◆ Your task
Reproduce, exactly and in full, only the lines below from the one containing "v -3.016 -7.41 0" through the one containing "v 2.829 -2.461 0".

◆ Dataset extract
----

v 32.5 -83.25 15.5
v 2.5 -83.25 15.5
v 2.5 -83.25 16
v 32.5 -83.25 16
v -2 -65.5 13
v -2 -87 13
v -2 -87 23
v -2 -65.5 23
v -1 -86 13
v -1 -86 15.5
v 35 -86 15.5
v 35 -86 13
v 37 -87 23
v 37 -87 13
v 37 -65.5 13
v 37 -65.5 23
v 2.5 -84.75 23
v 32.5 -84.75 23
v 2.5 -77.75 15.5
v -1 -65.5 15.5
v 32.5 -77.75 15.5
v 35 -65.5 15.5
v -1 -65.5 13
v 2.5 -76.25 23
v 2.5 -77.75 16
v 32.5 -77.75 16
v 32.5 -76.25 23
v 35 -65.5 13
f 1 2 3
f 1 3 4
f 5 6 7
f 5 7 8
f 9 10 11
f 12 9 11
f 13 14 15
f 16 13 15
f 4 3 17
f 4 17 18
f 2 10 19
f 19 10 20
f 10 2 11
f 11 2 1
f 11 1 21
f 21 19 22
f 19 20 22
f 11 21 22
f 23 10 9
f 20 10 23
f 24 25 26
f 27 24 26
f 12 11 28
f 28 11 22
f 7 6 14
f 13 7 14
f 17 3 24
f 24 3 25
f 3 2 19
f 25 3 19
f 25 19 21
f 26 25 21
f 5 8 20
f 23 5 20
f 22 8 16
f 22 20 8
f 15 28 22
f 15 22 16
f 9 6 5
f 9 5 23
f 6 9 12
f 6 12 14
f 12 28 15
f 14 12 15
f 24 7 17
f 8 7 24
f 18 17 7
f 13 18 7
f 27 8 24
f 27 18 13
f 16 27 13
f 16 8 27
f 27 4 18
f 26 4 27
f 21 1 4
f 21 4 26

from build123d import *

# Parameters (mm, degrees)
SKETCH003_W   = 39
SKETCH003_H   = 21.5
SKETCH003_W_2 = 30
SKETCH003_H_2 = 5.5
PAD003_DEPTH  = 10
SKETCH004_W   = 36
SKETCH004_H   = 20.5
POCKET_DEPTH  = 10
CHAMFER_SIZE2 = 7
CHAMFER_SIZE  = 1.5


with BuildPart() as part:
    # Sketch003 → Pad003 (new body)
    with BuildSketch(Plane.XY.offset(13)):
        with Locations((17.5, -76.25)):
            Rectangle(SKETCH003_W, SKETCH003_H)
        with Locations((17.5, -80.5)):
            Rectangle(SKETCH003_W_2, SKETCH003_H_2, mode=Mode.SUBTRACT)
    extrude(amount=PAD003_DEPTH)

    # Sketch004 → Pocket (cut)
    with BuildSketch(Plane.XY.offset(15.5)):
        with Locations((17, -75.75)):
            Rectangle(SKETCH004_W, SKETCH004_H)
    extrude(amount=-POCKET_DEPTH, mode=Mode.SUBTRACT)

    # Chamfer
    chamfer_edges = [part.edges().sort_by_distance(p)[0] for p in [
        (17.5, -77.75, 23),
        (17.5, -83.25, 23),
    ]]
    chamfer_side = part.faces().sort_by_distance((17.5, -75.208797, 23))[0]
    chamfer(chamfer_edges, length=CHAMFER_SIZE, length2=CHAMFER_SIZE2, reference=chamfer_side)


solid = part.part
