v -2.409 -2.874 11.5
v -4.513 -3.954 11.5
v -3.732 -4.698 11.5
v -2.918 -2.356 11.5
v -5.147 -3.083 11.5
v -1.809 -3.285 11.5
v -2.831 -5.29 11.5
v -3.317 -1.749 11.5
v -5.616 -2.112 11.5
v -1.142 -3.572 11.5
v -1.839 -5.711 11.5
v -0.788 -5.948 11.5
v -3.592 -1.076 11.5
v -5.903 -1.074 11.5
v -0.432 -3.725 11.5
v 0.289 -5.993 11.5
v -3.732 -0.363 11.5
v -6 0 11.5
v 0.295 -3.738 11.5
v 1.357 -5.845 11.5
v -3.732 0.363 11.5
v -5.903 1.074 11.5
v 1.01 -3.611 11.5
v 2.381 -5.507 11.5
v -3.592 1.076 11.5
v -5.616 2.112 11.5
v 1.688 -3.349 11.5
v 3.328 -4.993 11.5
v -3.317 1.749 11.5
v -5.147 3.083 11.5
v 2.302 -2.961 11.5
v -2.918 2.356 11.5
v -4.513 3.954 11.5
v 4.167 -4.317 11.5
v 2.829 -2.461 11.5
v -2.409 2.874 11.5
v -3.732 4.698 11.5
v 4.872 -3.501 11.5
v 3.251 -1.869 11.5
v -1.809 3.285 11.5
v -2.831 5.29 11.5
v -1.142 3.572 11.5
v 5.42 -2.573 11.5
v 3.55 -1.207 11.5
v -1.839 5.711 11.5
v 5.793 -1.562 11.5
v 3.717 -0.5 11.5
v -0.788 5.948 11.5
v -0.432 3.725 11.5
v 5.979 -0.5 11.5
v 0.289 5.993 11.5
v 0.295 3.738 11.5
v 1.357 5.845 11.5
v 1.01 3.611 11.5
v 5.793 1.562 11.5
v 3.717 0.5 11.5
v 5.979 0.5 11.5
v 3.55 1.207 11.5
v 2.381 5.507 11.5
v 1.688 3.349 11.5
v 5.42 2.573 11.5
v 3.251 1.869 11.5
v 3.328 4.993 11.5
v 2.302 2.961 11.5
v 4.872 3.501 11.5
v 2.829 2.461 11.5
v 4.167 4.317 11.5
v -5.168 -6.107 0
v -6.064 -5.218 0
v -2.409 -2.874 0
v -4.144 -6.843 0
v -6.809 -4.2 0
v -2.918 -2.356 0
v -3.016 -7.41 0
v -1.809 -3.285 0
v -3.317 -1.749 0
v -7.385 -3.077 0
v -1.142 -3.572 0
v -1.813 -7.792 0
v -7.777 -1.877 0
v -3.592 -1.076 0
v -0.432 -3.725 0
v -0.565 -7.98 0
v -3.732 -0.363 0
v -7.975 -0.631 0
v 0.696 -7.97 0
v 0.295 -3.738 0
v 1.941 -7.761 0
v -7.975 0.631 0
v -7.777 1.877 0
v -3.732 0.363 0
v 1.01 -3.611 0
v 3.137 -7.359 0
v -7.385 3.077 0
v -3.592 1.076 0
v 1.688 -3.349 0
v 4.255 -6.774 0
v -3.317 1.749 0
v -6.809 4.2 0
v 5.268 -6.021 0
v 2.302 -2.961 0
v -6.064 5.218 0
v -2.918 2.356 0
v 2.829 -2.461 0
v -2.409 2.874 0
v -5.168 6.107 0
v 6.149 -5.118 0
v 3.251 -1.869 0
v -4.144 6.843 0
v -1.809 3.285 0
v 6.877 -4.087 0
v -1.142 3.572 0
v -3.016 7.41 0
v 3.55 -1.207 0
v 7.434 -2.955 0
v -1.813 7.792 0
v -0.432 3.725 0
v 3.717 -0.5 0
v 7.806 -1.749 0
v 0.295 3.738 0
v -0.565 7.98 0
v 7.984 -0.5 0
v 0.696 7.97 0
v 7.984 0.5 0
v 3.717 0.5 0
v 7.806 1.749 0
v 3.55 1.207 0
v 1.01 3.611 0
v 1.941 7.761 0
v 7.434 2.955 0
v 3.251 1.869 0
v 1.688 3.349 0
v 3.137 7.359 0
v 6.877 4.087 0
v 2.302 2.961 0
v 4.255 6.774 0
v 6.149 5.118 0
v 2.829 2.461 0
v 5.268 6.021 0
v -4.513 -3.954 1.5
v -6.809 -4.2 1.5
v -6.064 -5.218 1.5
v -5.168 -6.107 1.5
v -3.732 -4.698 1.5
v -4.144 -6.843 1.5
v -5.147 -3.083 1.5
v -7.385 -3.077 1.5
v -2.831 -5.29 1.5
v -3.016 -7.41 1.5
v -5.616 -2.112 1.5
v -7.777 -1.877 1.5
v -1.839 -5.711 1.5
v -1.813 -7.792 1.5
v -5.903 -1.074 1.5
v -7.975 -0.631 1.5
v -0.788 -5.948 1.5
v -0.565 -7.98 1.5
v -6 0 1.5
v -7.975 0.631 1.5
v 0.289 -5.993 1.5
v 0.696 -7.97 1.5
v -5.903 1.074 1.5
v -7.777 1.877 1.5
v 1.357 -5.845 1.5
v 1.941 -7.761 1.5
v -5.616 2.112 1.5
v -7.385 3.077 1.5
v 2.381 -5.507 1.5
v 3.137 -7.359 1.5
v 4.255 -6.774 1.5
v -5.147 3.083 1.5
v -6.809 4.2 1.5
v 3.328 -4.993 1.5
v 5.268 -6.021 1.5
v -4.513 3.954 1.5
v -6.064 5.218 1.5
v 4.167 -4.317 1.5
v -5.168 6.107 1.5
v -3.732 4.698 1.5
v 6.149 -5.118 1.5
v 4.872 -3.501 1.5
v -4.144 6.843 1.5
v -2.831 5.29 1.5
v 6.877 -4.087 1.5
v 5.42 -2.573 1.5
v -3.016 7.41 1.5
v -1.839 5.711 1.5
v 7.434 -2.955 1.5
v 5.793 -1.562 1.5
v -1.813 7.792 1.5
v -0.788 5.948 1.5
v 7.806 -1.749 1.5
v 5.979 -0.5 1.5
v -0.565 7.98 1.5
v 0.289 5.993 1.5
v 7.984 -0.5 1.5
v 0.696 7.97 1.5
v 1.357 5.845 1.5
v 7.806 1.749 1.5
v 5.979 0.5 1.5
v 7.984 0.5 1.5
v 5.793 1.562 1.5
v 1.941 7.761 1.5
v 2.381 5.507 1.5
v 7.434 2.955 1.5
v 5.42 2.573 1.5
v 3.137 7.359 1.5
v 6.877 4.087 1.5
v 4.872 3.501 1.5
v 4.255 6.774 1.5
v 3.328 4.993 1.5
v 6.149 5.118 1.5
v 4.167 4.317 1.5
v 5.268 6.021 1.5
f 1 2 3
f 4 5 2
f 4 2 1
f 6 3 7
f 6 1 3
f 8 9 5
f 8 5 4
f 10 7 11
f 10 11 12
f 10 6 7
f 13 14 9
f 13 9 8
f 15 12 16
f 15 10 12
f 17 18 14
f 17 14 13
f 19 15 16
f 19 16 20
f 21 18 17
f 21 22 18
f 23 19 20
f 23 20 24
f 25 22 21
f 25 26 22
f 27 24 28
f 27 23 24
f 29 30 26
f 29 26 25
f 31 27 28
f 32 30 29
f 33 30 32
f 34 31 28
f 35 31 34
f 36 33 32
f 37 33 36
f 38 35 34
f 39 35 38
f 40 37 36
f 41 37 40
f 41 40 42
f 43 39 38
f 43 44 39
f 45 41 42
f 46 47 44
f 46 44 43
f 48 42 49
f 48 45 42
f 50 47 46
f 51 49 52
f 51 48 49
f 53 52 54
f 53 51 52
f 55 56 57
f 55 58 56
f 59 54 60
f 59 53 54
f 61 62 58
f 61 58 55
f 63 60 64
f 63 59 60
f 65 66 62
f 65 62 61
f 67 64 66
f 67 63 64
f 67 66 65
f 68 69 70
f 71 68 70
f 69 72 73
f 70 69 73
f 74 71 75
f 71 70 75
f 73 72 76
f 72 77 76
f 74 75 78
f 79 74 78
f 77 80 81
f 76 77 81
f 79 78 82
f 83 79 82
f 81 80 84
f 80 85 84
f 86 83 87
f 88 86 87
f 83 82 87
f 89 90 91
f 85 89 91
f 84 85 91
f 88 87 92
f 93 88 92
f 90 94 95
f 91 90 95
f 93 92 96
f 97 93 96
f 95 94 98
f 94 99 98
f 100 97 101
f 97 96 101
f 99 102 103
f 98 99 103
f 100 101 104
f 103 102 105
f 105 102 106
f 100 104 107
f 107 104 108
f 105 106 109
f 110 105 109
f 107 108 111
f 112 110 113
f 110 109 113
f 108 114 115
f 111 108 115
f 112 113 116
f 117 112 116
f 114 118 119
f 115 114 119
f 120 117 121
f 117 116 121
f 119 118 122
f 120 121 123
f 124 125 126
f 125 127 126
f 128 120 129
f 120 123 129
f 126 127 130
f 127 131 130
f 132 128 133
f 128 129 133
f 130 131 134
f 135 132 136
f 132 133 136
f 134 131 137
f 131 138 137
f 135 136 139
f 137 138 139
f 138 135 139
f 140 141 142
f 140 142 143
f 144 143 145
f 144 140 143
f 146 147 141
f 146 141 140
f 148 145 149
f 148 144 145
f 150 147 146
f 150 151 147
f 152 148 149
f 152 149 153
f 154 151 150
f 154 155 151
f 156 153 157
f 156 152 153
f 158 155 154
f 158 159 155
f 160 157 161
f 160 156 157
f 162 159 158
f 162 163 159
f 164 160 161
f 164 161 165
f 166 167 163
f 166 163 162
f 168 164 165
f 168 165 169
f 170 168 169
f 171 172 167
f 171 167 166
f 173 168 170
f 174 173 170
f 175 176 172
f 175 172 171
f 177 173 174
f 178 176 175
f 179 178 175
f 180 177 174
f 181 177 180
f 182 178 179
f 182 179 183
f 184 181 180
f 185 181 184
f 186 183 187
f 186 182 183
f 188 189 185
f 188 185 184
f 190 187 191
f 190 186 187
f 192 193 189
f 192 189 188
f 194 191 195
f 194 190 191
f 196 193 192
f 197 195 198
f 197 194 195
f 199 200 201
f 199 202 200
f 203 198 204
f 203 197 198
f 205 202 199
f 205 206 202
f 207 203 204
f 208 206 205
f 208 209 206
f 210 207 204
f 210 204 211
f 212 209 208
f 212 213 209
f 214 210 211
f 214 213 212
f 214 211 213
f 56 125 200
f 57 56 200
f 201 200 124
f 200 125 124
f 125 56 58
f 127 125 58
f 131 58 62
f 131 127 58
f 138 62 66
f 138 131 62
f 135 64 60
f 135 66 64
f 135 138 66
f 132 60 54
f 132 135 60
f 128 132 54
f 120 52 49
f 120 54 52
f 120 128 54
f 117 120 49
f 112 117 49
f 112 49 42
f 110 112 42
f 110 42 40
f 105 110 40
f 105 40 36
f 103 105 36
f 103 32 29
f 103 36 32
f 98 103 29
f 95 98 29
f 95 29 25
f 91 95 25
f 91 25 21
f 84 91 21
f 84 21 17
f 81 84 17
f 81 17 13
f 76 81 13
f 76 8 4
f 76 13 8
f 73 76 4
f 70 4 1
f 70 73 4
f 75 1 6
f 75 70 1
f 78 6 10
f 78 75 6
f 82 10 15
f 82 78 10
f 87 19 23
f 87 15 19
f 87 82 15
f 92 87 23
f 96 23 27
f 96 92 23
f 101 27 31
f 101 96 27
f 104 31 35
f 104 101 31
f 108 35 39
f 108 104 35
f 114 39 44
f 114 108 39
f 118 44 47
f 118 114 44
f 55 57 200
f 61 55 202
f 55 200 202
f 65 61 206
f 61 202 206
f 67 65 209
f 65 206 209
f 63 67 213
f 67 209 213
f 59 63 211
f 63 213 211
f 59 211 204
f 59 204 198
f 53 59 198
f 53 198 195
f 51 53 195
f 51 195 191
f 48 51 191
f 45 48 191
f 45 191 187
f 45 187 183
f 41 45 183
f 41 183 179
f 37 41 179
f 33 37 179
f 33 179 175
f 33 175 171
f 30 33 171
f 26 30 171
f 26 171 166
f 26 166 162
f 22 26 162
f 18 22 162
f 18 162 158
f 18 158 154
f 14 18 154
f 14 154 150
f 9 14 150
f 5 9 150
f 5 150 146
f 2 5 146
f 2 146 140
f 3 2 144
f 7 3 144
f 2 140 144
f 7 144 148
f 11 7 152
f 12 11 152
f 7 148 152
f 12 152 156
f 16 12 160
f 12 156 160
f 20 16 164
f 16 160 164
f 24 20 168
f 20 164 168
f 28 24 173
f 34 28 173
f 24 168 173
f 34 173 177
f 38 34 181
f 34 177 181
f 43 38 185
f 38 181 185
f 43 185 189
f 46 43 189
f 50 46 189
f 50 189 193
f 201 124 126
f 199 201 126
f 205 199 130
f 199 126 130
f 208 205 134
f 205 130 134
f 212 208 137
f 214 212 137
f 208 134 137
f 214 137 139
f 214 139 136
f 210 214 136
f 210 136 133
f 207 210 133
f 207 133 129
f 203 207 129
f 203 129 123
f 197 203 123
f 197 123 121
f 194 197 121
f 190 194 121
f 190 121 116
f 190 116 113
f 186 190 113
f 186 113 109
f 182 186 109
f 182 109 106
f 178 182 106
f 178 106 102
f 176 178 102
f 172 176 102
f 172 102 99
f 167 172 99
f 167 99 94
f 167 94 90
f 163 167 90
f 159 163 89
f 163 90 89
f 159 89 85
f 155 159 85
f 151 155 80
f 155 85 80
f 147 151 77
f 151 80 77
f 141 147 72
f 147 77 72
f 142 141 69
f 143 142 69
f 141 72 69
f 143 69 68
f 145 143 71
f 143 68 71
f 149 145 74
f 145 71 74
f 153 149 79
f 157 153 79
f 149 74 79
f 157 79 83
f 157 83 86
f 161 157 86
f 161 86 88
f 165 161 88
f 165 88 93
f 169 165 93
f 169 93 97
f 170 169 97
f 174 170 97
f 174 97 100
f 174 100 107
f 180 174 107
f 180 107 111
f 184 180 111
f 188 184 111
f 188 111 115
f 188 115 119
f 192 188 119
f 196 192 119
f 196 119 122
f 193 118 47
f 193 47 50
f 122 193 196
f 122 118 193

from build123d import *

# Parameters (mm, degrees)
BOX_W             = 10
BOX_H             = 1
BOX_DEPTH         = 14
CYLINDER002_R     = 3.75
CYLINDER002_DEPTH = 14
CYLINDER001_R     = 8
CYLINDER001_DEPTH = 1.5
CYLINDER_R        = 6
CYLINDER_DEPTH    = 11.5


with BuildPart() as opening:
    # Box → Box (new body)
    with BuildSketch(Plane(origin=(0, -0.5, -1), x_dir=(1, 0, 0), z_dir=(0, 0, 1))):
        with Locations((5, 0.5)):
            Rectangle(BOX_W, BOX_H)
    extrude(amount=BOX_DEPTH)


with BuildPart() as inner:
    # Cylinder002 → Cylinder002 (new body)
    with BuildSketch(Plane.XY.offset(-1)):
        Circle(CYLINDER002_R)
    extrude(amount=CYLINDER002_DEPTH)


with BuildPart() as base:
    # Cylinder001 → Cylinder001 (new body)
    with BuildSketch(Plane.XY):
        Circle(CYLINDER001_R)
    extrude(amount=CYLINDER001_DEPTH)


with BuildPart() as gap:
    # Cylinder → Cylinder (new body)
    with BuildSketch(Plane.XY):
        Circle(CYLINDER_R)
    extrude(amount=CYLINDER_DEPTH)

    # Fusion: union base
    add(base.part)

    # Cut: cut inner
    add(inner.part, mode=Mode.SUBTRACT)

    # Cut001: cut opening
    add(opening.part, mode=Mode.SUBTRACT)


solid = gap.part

----

◆ Problem solution
v -3.016 -7.41 0
v -1.809 -3.285 0
v -3.317 -1.749 0
v -7.385 -3.077 0
v -1.142 -3.572 0
v -1.813 -7.792 0
v -7.777 -1.877 0
v -3.592 -1.076 0
v -0.432 -3.725 0
v -0.565 -7.98 0
v -3.732 -0.363 0
v -7.975 -0.631 0
v 0.696 -7.97 0
v 0.295 -3.738 0
v 1.941 -7.761 0
v -7.975 0.631 0
v -7.777 1.877 0
v -3.732 0.363 0
v 1.01 -3.611 0
v 3.137 -7.359 0
v -7.385 3.077 0
v -3.592 1.076 0
v 1.688 -3.349 0
v 4.255 -6.774 0
v -3.317 1.749 0
v -6.809 4.2 0
v 5.268 -6.021 0
v 2.302 -2.961 0
v -6.064 5.218 0
v -2.918 2.356 0
v 2.829 -2.461 0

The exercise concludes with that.